■ Your instructions
Nothing but the lines from the one containing "f 136 135 171" through the one containing "f 146 165 166", both included, should be given again, each exactly as written below.
BEGIN Material for this exercise
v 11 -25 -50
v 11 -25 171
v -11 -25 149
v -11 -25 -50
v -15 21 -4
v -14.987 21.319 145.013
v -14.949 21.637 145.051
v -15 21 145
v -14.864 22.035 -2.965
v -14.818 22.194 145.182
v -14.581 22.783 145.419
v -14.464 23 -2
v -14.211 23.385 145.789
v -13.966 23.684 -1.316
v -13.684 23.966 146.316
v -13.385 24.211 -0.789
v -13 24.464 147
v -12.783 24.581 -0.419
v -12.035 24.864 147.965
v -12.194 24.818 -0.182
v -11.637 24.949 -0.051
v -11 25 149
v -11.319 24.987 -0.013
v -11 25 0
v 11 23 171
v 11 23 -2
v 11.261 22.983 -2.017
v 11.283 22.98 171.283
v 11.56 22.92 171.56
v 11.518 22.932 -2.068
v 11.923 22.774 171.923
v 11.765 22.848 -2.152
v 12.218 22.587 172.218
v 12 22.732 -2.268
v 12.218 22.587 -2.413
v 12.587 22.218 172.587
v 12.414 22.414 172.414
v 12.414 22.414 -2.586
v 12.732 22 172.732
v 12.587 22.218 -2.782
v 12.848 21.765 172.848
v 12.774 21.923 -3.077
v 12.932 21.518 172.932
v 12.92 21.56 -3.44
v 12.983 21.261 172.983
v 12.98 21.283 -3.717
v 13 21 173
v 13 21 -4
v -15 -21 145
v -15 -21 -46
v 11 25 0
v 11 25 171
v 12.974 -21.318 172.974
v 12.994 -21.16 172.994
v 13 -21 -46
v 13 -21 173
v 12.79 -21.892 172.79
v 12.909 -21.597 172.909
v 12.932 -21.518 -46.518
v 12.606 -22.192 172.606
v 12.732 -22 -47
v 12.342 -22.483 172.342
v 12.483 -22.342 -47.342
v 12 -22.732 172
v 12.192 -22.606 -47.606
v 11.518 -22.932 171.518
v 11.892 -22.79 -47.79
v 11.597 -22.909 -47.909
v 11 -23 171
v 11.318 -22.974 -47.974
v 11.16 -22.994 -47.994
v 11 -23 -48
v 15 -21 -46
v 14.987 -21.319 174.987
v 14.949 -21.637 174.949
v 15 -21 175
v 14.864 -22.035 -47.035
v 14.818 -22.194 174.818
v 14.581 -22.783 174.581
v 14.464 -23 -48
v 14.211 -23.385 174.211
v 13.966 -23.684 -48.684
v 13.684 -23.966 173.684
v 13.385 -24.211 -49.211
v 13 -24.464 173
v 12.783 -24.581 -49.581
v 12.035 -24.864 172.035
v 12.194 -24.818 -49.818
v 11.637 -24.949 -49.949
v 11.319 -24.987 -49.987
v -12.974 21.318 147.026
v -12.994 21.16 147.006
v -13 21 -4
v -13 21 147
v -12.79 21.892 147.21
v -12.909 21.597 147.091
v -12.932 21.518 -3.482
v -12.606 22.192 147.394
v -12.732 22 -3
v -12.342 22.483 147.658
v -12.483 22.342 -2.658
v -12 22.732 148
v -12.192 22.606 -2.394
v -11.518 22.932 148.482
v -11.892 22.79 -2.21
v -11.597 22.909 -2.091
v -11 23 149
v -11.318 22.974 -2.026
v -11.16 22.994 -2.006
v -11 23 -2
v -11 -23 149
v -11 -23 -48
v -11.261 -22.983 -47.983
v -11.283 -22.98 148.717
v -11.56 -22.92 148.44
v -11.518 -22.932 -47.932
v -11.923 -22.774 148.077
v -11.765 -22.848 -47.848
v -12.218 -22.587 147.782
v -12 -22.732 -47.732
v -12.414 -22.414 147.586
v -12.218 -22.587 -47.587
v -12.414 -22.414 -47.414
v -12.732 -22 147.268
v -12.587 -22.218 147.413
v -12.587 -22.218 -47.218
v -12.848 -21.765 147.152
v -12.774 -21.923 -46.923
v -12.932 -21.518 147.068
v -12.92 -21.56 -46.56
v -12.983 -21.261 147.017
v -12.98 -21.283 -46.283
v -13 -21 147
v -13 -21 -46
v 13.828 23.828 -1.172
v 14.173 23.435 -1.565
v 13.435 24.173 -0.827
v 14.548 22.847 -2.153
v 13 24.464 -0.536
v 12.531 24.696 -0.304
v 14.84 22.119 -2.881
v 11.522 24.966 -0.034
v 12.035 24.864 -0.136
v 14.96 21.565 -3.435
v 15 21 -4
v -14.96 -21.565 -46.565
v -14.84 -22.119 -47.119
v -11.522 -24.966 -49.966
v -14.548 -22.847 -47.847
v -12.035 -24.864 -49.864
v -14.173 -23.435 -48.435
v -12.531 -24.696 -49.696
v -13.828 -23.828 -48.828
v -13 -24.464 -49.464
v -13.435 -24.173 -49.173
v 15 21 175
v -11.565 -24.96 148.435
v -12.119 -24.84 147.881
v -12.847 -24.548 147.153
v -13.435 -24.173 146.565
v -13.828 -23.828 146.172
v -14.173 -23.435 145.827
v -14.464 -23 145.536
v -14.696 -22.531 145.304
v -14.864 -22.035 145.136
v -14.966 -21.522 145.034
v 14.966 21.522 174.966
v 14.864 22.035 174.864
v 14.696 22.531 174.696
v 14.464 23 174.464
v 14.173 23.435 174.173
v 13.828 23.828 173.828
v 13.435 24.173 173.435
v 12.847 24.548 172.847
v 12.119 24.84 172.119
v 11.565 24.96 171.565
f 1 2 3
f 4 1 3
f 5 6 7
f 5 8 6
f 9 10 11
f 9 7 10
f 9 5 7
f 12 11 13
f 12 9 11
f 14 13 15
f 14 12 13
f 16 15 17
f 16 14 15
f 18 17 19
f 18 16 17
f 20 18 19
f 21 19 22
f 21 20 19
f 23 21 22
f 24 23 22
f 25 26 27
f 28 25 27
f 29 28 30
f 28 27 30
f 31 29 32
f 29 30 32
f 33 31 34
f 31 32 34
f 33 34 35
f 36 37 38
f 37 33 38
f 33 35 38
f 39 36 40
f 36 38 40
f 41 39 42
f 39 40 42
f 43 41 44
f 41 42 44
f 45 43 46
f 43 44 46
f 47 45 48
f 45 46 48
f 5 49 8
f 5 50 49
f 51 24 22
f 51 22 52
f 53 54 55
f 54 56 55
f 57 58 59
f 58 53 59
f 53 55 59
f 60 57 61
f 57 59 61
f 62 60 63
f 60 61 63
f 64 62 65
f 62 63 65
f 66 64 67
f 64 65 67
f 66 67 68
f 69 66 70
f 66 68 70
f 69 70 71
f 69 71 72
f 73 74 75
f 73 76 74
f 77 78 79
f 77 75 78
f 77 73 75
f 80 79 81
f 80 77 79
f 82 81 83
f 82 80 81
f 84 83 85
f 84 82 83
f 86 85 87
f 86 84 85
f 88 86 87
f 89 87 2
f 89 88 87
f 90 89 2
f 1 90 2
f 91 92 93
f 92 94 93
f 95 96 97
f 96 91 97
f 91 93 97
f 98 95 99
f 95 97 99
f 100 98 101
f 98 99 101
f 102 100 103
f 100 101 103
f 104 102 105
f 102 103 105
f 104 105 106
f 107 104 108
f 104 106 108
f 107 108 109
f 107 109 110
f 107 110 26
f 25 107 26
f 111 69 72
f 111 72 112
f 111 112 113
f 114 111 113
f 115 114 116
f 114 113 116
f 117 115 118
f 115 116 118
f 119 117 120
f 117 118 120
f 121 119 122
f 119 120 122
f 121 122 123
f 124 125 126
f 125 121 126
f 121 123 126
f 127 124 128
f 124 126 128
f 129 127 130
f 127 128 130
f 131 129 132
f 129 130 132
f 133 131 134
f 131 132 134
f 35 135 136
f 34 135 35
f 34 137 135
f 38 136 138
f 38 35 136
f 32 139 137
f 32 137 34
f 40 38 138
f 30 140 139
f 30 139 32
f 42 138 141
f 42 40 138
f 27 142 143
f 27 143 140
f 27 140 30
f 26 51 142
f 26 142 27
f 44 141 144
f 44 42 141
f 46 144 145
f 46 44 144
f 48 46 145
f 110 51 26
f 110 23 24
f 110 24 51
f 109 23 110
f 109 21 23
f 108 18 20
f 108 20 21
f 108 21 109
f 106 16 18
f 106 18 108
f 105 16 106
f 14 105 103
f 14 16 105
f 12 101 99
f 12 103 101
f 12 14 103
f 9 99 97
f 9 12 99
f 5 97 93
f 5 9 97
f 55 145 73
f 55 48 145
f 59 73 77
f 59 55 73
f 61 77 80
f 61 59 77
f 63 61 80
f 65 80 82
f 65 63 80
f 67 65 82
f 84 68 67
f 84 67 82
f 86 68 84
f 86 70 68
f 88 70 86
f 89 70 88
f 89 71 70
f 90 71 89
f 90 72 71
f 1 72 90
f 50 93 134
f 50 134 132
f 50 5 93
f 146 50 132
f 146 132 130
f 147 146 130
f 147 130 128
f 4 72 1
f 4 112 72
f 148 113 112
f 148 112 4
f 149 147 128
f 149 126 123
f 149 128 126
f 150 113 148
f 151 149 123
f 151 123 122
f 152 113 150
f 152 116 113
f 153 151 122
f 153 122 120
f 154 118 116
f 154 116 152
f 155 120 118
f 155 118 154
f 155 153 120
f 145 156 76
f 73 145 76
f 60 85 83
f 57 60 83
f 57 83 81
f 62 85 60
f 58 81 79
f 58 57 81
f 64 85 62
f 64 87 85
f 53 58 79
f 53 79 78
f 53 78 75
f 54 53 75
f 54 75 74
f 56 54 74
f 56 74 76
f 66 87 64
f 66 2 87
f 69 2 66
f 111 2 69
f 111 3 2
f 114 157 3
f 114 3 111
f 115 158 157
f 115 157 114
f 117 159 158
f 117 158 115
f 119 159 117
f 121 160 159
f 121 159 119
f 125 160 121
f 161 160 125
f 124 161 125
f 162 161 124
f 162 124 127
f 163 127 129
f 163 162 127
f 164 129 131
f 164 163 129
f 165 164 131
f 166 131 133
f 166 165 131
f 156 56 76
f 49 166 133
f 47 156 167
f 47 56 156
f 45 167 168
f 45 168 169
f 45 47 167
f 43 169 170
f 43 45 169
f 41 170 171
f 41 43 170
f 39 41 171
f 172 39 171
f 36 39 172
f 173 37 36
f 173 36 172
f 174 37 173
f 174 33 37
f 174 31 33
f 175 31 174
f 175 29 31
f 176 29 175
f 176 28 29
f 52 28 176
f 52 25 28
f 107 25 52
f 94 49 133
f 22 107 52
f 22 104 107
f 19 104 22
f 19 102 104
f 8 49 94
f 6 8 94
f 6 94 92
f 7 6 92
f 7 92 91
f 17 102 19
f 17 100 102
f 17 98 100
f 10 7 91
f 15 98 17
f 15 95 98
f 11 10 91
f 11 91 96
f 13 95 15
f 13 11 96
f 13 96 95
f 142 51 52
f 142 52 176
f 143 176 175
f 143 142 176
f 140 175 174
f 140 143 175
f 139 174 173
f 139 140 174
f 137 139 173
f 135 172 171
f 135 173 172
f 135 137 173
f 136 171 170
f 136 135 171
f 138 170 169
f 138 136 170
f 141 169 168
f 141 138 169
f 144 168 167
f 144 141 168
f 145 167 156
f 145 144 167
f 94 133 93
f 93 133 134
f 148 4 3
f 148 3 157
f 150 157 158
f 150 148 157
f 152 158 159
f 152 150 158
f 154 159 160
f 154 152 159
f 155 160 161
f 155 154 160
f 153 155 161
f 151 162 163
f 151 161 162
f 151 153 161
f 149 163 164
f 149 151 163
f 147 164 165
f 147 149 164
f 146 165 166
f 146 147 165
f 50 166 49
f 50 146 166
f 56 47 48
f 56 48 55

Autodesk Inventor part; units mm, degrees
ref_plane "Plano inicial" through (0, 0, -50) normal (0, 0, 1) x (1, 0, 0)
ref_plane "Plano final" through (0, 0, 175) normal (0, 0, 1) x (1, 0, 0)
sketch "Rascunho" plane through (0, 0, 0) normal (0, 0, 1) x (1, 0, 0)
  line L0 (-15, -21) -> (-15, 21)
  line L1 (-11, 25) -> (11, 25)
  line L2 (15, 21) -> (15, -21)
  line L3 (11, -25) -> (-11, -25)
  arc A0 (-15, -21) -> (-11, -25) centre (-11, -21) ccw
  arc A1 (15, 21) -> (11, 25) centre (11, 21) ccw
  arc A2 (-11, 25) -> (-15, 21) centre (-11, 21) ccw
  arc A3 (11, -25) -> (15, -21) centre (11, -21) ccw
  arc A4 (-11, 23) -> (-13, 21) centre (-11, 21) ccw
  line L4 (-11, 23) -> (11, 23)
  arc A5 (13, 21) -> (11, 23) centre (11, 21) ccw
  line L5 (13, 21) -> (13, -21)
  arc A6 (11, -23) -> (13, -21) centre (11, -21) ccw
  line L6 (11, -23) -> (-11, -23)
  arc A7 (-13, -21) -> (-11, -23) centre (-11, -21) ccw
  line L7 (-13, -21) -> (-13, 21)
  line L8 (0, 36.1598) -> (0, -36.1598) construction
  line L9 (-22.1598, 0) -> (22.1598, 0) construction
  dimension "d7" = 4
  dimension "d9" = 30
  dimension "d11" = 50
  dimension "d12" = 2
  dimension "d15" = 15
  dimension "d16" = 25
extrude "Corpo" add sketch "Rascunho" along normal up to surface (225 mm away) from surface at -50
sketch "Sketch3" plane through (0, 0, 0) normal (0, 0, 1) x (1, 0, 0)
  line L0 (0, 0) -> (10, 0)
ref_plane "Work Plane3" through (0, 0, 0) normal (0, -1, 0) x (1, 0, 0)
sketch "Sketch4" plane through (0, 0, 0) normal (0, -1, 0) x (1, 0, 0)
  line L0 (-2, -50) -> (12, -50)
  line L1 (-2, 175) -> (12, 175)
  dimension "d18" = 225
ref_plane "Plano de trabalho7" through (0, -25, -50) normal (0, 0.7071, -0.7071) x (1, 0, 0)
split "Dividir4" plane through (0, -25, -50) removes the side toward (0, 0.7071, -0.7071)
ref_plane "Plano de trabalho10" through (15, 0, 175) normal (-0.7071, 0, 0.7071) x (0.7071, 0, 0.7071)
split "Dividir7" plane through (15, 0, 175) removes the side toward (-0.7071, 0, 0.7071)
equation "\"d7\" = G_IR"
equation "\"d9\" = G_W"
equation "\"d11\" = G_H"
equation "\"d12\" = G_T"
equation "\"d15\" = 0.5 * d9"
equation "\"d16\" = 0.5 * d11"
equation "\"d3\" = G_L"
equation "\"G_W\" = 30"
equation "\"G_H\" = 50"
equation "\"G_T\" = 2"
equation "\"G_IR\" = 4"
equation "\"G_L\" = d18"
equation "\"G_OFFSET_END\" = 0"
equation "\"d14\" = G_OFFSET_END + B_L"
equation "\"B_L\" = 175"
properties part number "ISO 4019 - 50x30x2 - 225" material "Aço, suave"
END Material for this exercise
■ Response area
f 136 135 171
f 138 170 169
f 138 136 170
f 141 169 168
f 141 138 169
f 144 168 167
f 144 141 168
f 145 167 156
f 145 144 167
f 94 133 93
f 93 133 134
f 148 4 3
f 148 3 157
f 150 157 158
f 150 148 157
f 152 158 159
f 152 150 158
f 154 159 160
f 154 152 159
f 155 160 161
f 155 154 160
f 153 155 161
f 151 162 163
f 151 161 162
f 151 153 161
f 149 163 164
f 149 151 163
f 147 164 165
f 147 149 164
f 146 165 166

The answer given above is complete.